The runtime already has policy hooks for:

  • prompt truncation
  • output token clamping under pressure
  • bounded queue depth
  • in-flight request deduplication

That is a meaningful architectural distinction. On cheap hardware, overload behavior is part of the runtime contract, not an implementation detail.

Local Backend Reality Matters

Broad AI gateways often optimize for provider abstraction first. Ray has a narrower job.

Ray needs to understand the reality of local backends:

  • one model process can dominate the box
  • quantization choice changes the deployment envelope
  • a backend restart is an operational event, not an abstract transport retry
  • context size, queue depth, and max tokens are budget decisions

That is why the runtime is adapter-driven but still opinionated. The provider layer exists to keep the core small, but the product direction should move toward first-class support for local backends such as llama.cpp, not away from them.

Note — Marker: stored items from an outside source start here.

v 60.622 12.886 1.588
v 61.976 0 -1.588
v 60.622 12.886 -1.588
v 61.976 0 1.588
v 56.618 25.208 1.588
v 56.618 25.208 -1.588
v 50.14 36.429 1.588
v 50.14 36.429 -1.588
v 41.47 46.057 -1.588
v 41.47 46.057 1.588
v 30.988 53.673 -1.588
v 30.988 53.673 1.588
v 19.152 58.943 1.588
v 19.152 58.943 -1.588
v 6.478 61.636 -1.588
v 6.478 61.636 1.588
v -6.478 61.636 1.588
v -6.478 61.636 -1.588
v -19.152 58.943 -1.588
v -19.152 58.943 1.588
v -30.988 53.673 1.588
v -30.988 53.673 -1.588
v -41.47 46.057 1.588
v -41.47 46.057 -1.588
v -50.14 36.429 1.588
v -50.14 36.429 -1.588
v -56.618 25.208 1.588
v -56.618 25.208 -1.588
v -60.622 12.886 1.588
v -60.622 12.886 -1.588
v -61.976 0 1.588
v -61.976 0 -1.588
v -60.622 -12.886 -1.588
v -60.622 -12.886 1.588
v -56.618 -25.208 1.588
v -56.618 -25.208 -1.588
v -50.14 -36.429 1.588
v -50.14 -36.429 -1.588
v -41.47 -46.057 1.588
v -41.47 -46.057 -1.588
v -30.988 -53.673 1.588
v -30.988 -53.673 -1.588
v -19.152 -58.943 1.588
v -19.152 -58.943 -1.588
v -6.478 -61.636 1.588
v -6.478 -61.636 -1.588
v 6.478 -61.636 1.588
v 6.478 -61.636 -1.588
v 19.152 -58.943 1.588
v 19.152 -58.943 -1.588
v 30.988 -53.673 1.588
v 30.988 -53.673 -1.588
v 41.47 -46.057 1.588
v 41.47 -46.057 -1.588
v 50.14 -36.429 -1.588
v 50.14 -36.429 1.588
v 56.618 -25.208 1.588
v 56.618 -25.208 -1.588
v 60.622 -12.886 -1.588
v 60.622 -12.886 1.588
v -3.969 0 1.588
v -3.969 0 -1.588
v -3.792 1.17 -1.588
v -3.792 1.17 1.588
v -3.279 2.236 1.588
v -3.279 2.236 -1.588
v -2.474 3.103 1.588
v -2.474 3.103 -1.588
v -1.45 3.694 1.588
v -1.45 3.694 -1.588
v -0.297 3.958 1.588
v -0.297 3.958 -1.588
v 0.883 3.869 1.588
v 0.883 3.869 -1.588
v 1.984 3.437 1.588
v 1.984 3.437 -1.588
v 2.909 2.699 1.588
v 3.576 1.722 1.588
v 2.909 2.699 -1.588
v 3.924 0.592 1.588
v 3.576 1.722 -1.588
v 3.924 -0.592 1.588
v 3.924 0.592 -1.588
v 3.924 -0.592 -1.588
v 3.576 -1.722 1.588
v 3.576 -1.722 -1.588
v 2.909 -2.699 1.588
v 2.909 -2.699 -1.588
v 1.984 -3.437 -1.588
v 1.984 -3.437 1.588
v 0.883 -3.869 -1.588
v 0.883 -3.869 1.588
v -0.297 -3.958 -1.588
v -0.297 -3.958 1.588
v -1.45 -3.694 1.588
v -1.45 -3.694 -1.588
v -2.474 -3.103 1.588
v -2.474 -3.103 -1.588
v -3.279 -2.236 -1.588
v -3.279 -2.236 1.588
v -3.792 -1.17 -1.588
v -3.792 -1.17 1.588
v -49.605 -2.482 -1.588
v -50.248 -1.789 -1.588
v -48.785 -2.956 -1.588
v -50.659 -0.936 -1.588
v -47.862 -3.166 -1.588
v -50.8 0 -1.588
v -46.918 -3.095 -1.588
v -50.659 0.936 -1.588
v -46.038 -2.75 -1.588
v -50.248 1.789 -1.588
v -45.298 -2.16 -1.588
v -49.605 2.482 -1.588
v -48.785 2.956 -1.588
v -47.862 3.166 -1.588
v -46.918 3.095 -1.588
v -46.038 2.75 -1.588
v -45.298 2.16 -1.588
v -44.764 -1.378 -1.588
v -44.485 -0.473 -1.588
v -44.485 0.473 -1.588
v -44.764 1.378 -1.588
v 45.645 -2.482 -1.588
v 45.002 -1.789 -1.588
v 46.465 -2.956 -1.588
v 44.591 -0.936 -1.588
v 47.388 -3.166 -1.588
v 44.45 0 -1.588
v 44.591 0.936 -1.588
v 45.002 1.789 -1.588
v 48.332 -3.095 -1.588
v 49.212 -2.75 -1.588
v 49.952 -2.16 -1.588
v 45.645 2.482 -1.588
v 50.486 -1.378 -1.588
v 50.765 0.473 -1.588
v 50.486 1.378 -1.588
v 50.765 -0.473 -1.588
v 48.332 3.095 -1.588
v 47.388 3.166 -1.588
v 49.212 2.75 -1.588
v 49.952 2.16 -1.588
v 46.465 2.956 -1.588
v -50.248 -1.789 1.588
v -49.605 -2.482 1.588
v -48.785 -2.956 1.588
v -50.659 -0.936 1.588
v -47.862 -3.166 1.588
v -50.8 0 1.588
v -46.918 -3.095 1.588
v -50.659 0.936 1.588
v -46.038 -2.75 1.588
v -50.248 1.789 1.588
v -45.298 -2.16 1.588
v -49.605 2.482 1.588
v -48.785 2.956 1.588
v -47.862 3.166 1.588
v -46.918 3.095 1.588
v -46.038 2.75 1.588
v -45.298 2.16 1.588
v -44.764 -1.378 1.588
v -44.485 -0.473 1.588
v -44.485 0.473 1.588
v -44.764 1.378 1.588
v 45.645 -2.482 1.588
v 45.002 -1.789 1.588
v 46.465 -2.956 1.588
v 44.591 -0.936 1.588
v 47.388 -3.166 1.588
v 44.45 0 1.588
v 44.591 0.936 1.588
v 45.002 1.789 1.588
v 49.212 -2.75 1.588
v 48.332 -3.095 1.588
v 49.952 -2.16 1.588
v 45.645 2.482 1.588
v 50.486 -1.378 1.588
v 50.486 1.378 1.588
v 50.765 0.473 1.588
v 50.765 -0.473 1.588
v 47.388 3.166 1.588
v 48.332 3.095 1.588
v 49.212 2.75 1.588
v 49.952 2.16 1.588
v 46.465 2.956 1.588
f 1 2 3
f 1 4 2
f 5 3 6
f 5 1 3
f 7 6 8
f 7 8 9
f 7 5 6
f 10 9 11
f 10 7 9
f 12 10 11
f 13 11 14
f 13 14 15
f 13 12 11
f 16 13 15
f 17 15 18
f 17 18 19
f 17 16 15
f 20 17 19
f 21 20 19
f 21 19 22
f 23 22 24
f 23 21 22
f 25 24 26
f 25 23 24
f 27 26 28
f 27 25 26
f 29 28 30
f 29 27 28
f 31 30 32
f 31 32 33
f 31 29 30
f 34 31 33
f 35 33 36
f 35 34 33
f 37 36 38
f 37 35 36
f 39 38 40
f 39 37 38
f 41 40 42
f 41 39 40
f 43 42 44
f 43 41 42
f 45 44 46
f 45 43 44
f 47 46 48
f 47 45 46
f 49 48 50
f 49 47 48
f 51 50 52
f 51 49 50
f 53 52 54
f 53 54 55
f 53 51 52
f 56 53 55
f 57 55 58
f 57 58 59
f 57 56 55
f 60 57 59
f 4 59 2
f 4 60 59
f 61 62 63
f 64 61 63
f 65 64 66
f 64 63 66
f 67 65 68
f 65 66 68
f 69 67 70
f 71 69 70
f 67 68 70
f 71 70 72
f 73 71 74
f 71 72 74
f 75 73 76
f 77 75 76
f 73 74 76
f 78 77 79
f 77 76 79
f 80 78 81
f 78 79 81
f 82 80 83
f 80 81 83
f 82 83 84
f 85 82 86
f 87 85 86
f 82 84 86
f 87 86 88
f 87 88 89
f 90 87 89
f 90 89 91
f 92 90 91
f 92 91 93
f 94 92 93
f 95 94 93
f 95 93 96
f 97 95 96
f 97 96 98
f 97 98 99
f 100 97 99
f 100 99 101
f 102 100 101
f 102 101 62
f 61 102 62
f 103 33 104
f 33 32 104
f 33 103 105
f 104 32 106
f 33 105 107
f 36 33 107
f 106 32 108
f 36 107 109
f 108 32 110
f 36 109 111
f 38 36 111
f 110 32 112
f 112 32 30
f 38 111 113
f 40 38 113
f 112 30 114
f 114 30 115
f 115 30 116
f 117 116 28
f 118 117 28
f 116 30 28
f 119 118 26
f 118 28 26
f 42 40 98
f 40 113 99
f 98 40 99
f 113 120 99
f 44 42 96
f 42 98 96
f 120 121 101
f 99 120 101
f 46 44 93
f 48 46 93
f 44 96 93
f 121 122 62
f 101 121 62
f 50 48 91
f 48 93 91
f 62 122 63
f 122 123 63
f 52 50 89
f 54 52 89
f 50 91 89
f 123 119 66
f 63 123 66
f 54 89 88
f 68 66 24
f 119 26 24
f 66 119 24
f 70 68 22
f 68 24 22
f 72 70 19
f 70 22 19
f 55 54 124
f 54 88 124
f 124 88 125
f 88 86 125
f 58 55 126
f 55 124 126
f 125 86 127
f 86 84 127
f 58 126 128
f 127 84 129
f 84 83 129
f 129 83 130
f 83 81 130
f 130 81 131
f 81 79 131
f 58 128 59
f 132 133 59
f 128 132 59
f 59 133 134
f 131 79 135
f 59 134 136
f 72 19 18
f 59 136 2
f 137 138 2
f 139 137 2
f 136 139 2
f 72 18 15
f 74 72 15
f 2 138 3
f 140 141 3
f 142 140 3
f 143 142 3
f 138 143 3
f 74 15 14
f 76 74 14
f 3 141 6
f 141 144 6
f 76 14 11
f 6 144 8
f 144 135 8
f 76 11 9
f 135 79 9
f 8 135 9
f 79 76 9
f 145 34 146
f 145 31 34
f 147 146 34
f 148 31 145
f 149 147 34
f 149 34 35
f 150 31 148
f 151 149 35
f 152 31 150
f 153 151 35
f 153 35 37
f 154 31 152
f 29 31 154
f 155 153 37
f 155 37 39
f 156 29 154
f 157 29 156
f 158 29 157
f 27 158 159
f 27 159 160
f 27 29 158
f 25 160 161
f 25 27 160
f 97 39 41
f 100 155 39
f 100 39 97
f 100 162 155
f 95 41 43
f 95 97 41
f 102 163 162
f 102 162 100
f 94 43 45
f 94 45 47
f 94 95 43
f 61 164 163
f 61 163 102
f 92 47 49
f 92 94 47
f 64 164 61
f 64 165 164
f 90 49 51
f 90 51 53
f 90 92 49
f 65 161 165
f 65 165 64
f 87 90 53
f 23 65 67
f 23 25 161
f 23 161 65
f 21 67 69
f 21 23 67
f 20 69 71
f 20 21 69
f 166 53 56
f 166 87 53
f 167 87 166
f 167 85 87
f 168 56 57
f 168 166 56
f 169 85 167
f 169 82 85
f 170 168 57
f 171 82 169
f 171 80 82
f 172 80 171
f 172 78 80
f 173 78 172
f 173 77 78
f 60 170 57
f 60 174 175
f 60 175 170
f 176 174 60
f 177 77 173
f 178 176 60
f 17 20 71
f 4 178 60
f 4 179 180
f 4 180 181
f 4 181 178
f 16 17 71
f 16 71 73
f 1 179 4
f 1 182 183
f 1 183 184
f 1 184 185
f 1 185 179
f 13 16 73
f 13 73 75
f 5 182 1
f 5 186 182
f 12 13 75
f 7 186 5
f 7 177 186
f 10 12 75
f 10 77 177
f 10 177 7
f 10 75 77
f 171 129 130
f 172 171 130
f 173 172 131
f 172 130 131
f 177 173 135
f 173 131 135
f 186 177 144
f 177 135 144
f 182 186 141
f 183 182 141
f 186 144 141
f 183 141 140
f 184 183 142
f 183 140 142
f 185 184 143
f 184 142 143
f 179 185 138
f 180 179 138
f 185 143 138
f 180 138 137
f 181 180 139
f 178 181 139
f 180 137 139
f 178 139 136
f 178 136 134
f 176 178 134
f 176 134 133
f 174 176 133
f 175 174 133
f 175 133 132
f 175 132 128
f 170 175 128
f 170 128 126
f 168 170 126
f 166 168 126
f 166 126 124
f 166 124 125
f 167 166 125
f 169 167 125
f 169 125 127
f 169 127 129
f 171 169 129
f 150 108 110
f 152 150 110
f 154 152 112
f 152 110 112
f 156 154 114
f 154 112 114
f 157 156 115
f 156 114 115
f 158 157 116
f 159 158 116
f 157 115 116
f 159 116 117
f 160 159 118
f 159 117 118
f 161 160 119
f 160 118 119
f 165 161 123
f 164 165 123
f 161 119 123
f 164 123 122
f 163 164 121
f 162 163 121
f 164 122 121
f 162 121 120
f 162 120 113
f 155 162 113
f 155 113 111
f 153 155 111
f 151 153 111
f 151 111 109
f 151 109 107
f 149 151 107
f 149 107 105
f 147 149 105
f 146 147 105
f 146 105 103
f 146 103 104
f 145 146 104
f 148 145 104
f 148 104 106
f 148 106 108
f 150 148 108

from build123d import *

# Parameters (mm, degrees)
SKETCH1_R                          = 61.976
BOSS_EXTRUDE1_DEPTH                = 1.5875
F_1_4_0_25_DIAMETER_HOLE1_D        = 6.35
F_5_16_0_3125_DIAMETER_HOLE1_D     = 7.9375
F_5_16_0_3125_DIAMETER_HOLE1_DEPTH = 3.302


with BuildPart() as part:
    # Sketch1 → Boss-Extrude1 (new body, symmetric)
    with BuildSketch(Plane.XY):
        Circle(SKETCH1_R)
    extrude(amount=BOSS_EXTRUDE1_DEPTH, both=True)

    # 1/4 (0.25) Diameter Hole1 (through all)
    with Locations(Plane.XY.offset(1.5875)):
        with Locations((-47.625, 0), (47.625, 0)):
            Hole(F_1_4_0_25_DIAMETER_HOLE1_D / 2)

    # 5/16 (0.3125) Diameter Hole1
    with Locations(Plane.XY.offset(1.5875)):
        with Locations((0, 0)):
            Hole(F_5_16_0_3125_DIAMETER_HOLE1_D / 2, depth=F_5_16_0_3125_DIAMETER_HOLE1_DEPTH)


solid = part.part
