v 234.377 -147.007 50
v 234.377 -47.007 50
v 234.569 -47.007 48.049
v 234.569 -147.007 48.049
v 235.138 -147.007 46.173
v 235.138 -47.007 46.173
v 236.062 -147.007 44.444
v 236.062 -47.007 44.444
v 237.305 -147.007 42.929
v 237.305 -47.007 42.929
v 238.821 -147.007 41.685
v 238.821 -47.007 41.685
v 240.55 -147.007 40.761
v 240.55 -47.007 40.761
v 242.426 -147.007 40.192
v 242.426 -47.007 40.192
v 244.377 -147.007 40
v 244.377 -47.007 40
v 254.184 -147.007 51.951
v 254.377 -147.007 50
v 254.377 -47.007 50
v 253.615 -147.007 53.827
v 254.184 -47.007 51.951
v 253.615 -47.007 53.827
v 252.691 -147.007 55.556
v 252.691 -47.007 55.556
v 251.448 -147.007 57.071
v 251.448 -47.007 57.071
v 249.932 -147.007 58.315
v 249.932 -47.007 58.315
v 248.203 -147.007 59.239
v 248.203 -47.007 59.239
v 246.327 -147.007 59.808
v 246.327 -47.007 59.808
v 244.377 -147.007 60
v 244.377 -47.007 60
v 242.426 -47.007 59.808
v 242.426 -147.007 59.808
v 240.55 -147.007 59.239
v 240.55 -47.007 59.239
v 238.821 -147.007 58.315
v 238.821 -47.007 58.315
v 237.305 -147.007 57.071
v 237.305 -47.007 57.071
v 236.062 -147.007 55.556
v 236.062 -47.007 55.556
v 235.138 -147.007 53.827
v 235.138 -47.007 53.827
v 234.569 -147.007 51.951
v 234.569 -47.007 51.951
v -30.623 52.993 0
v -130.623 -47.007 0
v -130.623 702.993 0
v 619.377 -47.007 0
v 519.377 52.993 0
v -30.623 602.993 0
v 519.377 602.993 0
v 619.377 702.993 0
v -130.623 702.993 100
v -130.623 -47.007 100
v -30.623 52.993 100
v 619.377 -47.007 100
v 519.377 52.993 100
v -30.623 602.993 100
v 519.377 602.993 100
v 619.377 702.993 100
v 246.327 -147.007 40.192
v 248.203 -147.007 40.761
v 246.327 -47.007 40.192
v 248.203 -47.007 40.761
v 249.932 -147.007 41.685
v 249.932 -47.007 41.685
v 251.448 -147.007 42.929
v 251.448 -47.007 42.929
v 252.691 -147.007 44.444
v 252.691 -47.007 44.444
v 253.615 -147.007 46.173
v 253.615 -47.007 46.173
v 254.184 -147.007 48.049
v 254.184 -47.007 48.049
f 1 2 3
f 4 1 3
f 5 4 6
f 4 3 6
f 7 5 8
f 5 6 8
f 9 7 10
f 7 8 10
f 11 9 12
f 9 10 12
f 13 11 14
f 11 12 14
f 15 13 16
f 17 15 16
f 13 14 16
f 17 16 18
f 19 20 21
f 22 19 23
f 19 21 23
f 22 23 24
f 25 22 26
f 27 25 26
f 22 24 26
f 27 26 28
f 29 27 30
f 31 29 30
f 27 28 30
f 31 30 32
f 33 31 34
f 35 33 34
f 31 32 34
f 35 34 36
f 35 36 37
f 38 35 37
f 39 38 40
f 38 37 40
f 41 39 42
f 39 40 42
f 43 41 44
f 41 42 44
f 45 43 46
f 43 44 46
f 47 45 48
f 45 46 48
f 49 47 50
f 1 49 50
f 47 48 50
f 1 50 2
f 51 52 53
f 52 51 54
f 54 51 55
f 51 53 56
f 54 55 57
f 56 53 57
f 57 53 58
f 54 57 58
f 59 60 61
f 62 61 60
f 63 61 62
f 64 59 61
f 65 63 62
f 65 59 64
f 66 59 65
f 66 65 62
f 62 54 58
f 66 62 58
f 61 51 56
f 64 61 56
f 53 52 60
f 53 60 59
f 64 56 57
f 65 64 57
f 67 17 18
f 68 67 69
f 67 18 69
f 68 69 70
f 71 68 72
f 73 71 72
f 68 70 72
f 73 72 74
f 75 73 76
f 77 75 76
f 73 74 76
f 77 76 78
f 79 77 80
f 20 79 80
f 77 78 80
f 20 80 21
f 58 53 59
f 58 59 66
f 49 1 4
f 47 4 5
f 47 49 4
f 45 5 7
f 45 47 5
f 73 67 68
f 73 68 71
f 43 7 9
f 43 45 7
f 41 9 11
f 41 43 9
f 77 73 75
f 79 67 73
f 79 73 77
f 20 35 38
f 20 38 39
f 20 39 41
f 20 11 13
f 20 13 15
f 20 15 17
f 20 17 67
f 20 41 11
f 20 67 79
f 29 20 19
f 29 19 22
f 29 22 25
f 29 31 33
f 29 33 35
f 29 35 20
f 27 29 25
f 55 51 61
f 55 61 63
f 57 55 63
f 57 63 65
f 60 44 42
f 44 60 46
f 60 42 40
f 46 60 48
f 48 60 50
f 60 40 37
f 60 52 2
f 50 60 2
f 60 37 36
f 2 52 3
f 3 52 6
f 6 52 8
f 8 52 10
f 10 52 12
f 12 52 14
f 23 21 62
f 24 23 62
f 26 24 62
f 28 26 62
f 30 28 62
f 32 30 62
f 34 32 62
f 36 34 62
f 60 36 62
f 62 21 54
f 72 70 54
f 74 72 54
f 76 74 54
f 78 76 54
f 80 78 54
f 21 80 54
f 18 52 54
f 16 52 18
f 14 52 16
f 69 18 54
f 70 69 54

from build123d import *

# Parameters (mm, degrees)
F0_W     = 750
F0_H     = 750
F0_W_2   = 550
F0_H_2   = 550
F1_DEPTH = 100
F3_DEPTH = 100


with BuildPart() as f1:
    # F0 (on Top) → F1 (new body)
    with BuildSketch(Plane.XY):
        with Locations((244.376540184, 327.9930502176)):
            Rectangle(F0_W, F0_H)
        with Locations((244.376540184, 327.9930502176)):
            Rectangle(F0_W_2, F0_H_2, mode=Mode.SUBTRACT)
    extrude(amount=F1_DEPTH)

    # F2 (on face) → F3 (join)
    with BuildSketch(Plane.XZ.offset(47.0069497824)):
        with BuildLine():
            Line((244.376540184, 50), (254.376540184, 50))
            ThreePointArc((254.376540184, 50), (251.4476079959, 57.0710678119), (244.376540184, 60))
            Line((244.376540184, 60), (244.376540184, 50))
        make_face()
        with BuildLine():
            Line((234.376540184, 50), (244.376540184, 50))
            Line((244.376540184, 50), (244.376540184, 60))
            ThreePointArc((244.376540184, 60), (237.3054723722, 57.0710678119), (234.376540184, 50))
        make_face()
        with BuildLine():
            Line((244.376540184, 40), (244.376540184, 50))
            Line((244.376540184, 50), (234.376540184, 50))
            ThreePointArc((234.376540184, 50), (237.3054723722, 42.9289321881), (244.376540184, 40))
        make_face()
        with BuildLine():
            ThreePointArc((244.376540184, 40), (251.4476079959, 42.9289321881), (254.376540184, 50))
            Line((254.376540184, 50), (244.376540184, 50))
            Line((244.376540184, 50), (244.376540184, 40))
        make_face()
    extrude(amount=F3_DEPTH)


solid = f1.part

How Ray Shrinks The Infrastructure Burden

Large-model infrastructure is often expensive because every layer assumes abundance:

  • abundant RAM
  • abundant concurrency headroom
  • abundant operator time
  • abundant supporting infrastructure

Ray intentionally assumes the opposite.

It shrinks infrastructure burden by:

  • targeting a single cheap node first
  • favoring quantized small and medium models
  • using adapter-backed local inference backends
  • keeping config explicit
  • making deployment systemd-and-reverse-proxy simple
  • keeping runtime dependencies low

The repo name is not metaphorical fluff. The architecture is designed to turn an oversized inference setup into something compact enough to deploy, reason about, and maintain.

Relation To Sovereignty And iso

iso is the larger sovereignty and environment layer.

Ray complements it by focusing on the narrower but essential problem of self-hosted intelligence:

  • what runs the gateway
  • how inference requests are shaped and scheduled
  • how small models are routed and cached
  • how an operator deploys that runtime onto hardware they control

Later integration points with iso likely include:

  • environment and secret management
  • machine/runtime provisioning
  • deployment packaging
  • host identity and policy
  • operator UX across services

Ray should remain sharp even when that integration lands. It should not dissolve into a generic platform abstraction.